• Work required: The records below are split into lines. How many of those lines contain the string "mode"? Reply with the number only.

[Records drawn from a dataset]
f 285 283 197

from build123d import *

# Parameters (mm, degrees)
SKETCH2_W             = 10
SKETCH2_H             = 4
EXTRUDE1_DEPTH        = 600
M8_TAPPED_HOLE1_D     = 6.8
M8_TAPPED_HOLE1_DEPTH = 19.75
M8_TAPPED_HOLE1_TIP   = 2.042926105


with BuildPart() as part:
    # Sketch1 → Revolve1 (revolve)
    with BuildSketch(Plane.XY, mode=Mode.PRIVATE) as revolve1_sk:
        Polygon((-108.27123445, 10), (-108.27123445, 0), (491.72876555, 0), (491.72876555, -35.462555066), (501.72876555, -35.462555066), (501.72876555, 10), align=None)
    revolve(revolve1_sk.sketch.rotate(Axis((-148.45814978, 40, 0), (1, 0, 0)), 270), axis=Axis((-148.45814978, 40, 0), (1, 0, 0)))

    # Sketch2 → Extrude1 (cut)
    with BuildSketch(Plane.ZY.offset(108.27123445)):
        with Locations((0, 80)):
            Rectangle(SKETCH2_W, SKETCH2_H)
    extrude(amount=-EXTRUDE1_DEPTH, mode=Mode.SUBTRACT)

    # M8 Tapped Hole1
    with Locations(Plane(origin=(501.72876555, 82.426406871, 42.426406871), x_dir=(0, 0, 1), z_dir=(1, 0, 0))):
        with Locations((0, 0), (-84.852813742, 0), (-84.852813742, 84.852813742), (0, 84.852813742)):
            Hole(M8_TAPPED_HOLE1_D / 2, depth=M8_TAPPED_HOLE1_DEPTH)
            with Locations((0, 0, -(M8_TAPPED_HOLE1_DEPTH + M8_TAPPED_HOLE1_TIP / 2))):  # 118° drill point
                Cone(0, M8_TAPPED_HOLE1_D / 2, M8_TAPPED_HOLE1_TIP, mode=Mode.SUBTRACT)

• Written solution: 3